I work 2 jobs.  50 hours per week at my day job and 4 nights per week at my night job, so its really hard to eat right.  I find myself eating out 2 times a day.    I've done the sandwich thing, but I am not consistent.  Anyone have any recommendations for on the go food ideas or what has worked for you?


----------



## Siegal (Jun 25, 2013)

I buy alot of frozen meals...not so helpful but its cheaper than eating out and I can control the calories


----------



## Dawgluver (Jun 25, 2013)

Welcome to DC!

Bulk cooking on your day off: stews, chilis, soups, pseudo Egg McMuffins, quiches, lasagna,  even leftover pizza, all frozen and portioned in individual servings work well.  The Foodsaver works well for this, or you can use ziplock freezer bags.  Nuke them at work in a nukeable container.  A bag of salad with a bunch of stuff in it like thawed peas, chopped apples, raisins,  bacon bits, leftover meat, cottage cheese, maybe a chopped hard boiled egg, shake it up with some salad dressing and something crunchy, like sunflower seeds.


----------



## Aunt Bea (Jun 25, 2013)

It is hard to change habits when you are tired and stressed.

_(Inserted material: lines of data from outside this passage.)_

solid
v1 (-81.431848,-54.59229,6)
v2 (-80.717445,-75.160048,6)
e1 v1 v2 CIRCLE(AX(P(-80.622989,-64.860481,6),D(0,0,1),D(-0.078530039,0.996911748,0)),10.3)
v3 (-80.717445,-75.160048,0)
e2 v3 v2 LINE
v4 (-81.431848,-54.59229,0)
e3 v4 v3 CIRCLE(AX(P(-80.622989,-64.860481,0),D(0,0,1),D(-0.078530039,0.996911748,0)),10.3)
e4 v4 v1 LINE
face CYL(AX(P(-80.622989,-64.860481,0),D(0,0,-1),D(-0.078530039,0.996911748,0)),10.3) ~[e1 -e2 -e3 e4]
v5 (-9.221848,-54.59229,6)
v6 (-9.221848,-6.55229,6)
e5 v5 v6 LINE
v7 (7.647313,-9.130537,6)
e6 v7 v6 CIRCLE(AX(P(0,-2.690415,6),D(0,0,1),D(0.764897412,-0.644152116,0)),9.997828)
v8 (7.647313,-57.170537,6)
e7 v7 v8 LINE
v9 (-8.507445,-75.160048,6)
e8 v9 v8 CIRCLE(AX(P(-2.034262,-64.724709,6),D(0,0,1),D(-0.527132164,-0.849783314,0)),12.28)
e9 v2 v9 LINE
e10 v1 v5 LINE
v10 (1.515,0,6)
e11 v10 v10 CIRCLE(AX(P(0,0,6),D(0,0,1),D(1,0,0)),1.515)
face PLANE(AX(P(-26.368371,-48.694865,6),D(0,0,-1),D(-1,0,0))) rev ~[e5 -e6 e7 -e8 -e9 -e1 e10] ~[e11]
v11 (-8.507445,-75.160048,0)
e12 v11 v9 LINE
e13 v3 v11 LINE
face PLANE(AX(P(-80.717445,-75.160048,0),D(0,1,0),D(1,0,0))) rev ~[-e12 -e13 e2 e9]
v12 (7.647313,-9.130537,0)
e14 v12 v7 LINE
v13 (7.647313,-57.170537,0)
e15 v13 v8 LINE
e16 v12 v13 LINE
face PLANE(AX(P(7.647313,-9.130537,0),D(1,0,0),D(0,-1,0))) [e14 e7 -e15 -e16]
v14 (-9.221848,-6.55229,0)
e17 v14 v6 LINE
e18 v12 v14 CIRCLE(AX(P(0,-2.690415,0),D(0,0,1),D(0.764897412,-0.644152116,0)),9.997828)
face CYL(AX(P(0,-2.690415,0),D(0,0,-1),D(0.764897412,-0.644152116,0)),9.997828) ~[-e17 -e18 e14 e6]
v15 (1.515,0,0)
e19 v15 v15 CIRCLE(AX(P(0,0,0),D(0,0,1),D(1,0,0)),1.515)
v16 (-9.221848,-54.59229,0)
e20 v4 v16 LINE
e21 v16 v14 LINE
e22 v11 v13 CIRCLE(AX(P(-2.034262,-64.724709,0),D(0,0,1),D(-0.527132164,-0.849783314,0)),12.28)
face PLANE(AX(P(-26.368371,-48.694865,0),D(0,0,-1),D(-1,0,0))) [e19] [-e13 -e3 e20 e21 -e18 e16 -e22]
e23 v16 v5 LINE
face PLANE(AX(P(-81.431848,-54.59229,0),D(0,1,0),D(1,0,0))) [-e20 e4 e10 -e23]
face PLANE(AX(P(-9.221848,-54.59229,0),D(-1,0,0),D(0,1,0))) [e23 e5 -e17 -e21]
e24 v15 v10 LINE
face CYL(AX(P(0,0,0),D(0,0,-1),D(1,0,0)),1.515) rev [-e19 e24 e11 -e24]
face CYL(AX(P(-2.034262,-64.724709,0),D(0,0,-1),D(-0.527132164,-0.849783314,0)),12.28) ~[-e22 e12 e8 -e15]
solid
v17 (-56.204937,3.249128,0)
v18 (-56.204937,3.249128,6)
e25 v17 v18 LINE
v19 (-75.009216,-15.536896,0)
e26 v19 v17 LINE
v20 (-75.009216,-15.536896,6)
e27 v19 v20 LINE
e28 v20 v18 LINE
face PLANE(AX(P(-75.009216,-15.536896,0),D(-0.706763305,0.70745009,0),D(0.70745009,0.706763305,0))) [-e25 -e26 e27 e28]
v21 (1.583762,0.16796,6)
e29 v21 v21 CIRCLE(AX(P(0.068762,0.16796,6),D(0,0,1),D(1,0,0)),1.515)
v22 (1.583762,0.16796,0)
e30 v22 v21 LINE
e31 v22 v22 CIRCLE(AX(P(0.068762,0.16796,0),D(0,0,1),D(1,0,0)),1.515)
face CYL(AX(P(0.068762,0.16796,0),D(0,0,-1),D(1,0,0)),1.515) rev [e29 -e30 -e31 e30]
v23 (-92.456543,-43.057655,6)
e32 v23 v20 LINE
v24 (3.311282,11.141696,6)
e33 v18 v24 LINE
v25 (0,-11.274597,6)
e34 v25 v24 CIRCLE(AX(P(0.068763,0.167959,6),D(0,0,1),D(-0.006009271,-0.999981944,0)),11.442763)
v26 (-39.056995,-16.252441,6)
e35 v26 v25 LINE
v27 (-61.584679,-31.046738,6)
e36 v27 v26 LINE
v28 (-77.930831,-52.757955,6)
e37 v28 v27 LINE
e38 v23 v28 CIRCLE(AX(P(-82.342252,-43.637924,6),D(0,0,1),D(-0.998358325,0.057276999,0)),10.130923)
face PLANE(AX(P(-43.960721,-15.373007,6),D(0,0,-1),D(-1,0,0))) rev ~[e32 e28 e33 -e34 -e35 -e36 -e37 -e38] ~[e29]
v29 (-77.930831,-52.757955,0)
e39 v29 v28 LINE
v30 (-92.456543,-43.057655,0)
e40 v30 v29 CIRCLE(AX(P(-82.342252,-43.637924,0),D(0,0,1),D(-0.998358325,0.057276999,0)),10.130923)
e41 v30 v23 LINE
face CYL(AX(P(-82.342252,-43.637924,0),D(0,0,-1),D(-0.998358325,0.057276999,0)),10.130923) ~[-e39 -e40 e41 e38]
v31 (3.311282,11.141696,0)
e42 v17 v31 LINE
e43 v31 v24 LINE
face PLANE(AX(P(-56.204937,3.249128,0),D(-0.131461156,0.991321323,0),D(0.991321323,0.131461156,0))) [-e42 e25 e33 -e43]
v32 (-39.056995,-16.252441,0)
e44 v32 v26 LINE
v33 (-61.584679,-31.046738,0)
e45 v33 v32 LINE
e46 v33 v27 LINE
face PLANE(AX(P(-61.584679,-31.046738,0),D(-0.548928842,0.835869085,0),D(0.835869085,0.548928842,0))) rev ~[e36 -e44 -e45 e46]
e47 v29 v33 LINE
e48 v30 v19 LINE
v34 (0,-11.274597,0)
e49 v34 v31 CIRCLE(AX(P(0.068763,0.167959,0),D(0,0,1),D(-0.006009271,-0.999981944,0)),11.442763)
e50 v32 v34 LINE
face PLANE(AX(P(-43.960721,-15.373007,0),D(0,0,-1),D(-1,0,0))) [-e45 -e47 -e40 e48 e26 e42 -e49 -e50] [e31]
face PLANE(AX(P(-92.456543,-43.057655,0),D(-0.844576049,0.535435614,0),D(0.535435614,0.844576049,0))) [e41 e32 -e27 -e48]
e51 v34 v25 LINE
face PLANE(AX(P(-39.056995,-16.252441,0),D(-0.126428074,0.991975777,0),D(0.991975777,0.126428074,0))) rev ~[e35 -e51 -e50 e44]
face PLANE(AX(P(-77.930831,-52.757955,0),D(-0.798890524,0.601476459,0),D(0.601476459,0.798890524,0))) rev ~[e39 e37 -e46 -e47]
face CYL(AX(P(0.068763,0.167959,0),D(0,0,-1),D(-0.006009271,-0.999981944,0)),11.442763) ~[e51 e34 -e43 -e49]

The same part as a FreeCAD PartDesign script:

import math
import FreeCAD as App
import Part
import Sketcher
Q = App.Units.Quantity

doc = App.newDocument("Part")
body = doc.addObject("PartDesign::Body", "Body")

# Sketch on XY plane
sketch1 = body.newObject("Sketcher::SketchObject", "Sketch")
sketch1.AttachmentSupport = (doc.getObject("XY_Plane"), [""])
sketch1.MapMode = "FlatFace"
sketch1.addGeometry([
    Part.LineSegment(App.Vector(-9.221848, -54.59229, 0), App.Vector(-81.431848, -54.59229, 0)),  # 0
    Part.ArcOfCircle(Part.Circle(App.Vector(-80.622989, -64.860481, 0), App.Vector(0, 0, 1), 10.3), math.radians(94.504077), math.radians(269.47456)),  # 1
    Part.LineSegment(App.Vector(-80.717445, -75.160048, 0), App.Vector(-8.507445, -75.160048, 0)),  # 2
    Part.ArcOfCircle(Part.Circle(App.Vector(-2.034262, -64.724709, 0), App.Vector(0, 0, 1), 12.28), math.radians(-121.811891), math.radians(37.963588)),  # 3
    Part.LineSegment(App.Vector(7.647313, -57.170537, 0), App.Vector(7.647313, -9.130537, 0)),  # 4
    Part.ArcOfCircle(Part.Circle(App.Vector(0, -2.690415, 0), App.Vector(0, 0, 1), 9.997828), math.radians(-40.102134), math.radians(202.722693)),  # 5
    Part.LineSegment(App.Vector(-9.221848, -6.55229, 0), App.Vector(-9.221848, -54.59229, 0)),  # 6
    Part.Circle(App.Vector(0, 0, 0), App.Vector(0, 0, 1), 1.515),  # 7
], False)
sketch1.addConstraint([
    Sketcher.Constraint("Coincident", 0, 2, 1, 1),
    Sketcher.Constraint("Coincident", 1, 2, 2, 1),
    Sketcher.Constraint("Coincident", 2, 2, 3, 1),
    Sketcher.Constraint("Coincident", 3, 2, 4, 1),
    Sketcher.Constraint("Coincident", 4, 2, 5, 1),
    Sketcher.Constraint("Coincident", 5, 2, 6, 1),
    Sketcher.Constraint("Coincident", 6, 2, 0, 1),
    Sketcher.Constraint("Horizontal", 0),
    Sketcher.Constraint("Horizontal", 2),
    Sketcher.Constraint("Vertical", 4),
    Sketcher.Constraint("Vertical", 6),
    Sketcher.Constraint("Coincident", 7, 3, -1, 1),
    Sketcher.Constraint("PointOnObject", 5, 3, -2),
    Sketcher.Constraint("Equal", 0, 2),
    Sketcher.Constraint("Equal", 4, 6),
    Sketcher.Constraint("Radius", 1, Q("10.3 mm")),
    Sketcher.Constraint("Diameter", 7, Q("3.03 mm")),
    Sketcher.Constraint("Radius", 3, Q("12.28 mm")),
    Sketcher.Constraint("DistanceX", 0, 2, 0, 1, Q("72.21 mm")),
    Sketcher.Constraint("DistanceY", 4, 1, 4, 2, Q("48.04 mm")),
    Sketcher.Constraint("Radius", 5, Q("9.997828 mm")),
    Sketcher.Constraint("DistanceX", 1, 3, 3, 2, Q("88.270302 mm")),
    Sketcher.Constraint("DistanceX", 1, 3, -1, 1, Q("80.622989 mm")),
    Sketcher.Constraint("DistanceY", 1, 3, -1, 1, Q("64.860481 mm")),
    Sketcher.Constraint("DistanceX", 3, 3, -1, 1, Q("2.034262 mm")),
    Sketcher.Constraint("DistanceY", 3, 3, -1, 1, Q("64.724709 mm")),
])
pad1 = body.newObject("PartDesign::Pad", "Pad")
pad1.Profile = sketch1
pad1.Length = 6
body2 = doc.addObject("PartDesign::Body", "Body001")

# Sketch on XY plane
sketch2 = body2.newObject("Sketcher::SketchObject", "Sketch001")
sketch2.AttachmentSupport = (doc.getObject("XY_Plane001"), [""])
sketch2.MapMode = "FlatFace"
sketch2.addGeometry([
    Part.LineSegment(App.Vector(-75.009216, -15.536896, 0), App.Vector(-92.456543, -43.057655, 0)),  # 0
    Part.ArcOfCircle(Part.Circle(App.Vector(-82.342252, -43.637924, 0), App.Vector(0, 0, 1), 10.130923), math.radians(176.716473), math.radians(295.813368)),  # 1
    Part.LineSegment(App.Vector(-77.930831, -52.757955, 0), App.Vector(-61.584679, -31.046738, 0)),  # 2
    Part.LineSegment(App.Vector(-61.584679, -31.046738, 0), App.Vector(-39.056995, -16.252441, 0)),  # 3
    Part.LineSegment(App.Vector(-39.056995, -16.252441, 0), App.Vector(0, -11.274597, 0)),  # 4
    Part.ArcOfCircle(Part.Circle(App.Vector(0.068763, 0.167959, 0), App.Vector(0, 0, 1), 11.442763), math.radians(-90.344308), math.radians(73.538646)),  # 5
    Part.LineSegment(App.Vector(3.311282, 11.141696, 0), App.Vector(-56.204937, 3.249128, 0)),  # 6
    Part.LineSegment(App.Vector(-56.204937, 3.249128, 0), App.Vector(-75.009216, -15.536896, 0)),  # 7
    Part.Circle(App.Vector(0.068762, 0.16796, 0), App.Vector(0, 0, 1), 1.515),  # 8
], False)
sketch2.addConstraint([
    Sketcher.Constraint("Coincident", 0, 2, 1, 1),
    Sketcher.Constraint("Coincident", 1, 2, 2, 1),
    Sketcher.Constraint("Coincident", 2, 2, 3, 1),
    Sketcher.Constraint("Coincident", 3, 2, 4, 1),
    Sketcher.Constraint("Coincident", 4, 2, 5, 1),
    Sketcher.Constraint("Coincident", 5, 2, 6, 1),
    Sketcher.Constraint("Coincident", 6, 2, 7, 1),
    Sketcher.Constraint("Coincident", 7, 2, 0, 1),
    Sketcher.Constraint("Coincident", 8, 3, 5, 3),
    Sketcher.Constraint("PointOnObject", 4, 2, -2),
    Sketcher.Constraint("Diameter", 8, Q("3.03 mm")),
    Sketcher.Constraint("Radius", 1, Q("10.130923 mm")),
    Sketcher.Constraint("Radius", 5, Q("11.442763 mm")),
    Sketcher.Constraint("DistanceY", 1, 2, 0, 2, Q("9.7003 mm")),
    Sketcher.Constraint("DistanceY", 2, 2, 8, 3, Q("31.214698 mm")),
    Sketcher.Constraint("DistanceY", 3, 2, 8, 3, Q("16.420401 mm")),
    Sketcher.Constraint("DistanceX", 6, 2, 8, 3, Q("56.273699 mm")),
    Sketcher.Constraint("Distance", 2, Q("27.176711 mm")),
    Sketcher.Constraint("Distance", 3, Q("26.951211 mm")),
    Sketcher.Constraint("Distance", 7, Q("26.580361 mm")),
    Sketcher.Constraint("DistanceX", 1, 3, -1, 1, Q("82.342252 mm")),
    Sketcher.Constraint("DistanceY", -1, 1, 5, 3, Q("0.167959 mm")),
    Sketcher.Constraint("DistanceX", 1, 2, -1, 1, Q("77.930831 mm")),
    Sketcher.Constraint("DistanceX", 2, 2, -1, 1, Q("61.584679 mm")),
    Sketcher.Constraint("DistanceX", 2, 2, 8, 3, Q("61.653441 mm")),
    Sketcher.Constraint("DistanceX", 8, 3, 5, 2, Q("3.24252 mm")),
    Sketcher.Constraint("DistanceY", 3, 2, 6, 2, Q("19.501569 mm")),
    Sketcher.Constraint("DistanceX", 7, 2, 6, 2, Q("18.804279 mm")),
])
pad2 = body2.newObject("PartDesign::Pad", "Pad001")
pad2.Profile = sketch2
pad2.Length = 6

doc.recompute()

I would take a few minutes to review the menu where you normally eat and select a couple of healthy options that you can live with.  No matter how much you crave the double bacon burger or the extra crispy fries just blurt out the healthy option, you'll survive.  The same with eating at home.  Check out the local market when you have some time and look for a couple of healthy fast meals.  Things like rotisserie chicken, bag salad, whole grain bread or wraps, an apple or orange.  I would not try to change overnight.  Try a couple of healthy nights and a couple of traditional nights then keep adding another healthy night every couple of weeks.  It can take several months to find a pattern that works.  The important thing is to keep trying.  It is really all about choices that will work for you and become automatic over time.  Good luck!


----------



## pacanis (Jun 25, 2013)

Aunt Bea said:


> It is hard to change habits when you are tired and stressed...


 
Well put.

And you'd really have to enjoy cooking to bulk cook during what little free time you have, but just making a meal should give you some leftovers for possibly two more without going crazy... but you haven't really said if you want to cook at all, or if your meals must be eaten on the go or while you are out in-between jobs (hence the easy choice to eat out).
Why are you inconsistent with your sandwich making? Is it a time thing or a bored thing?


----------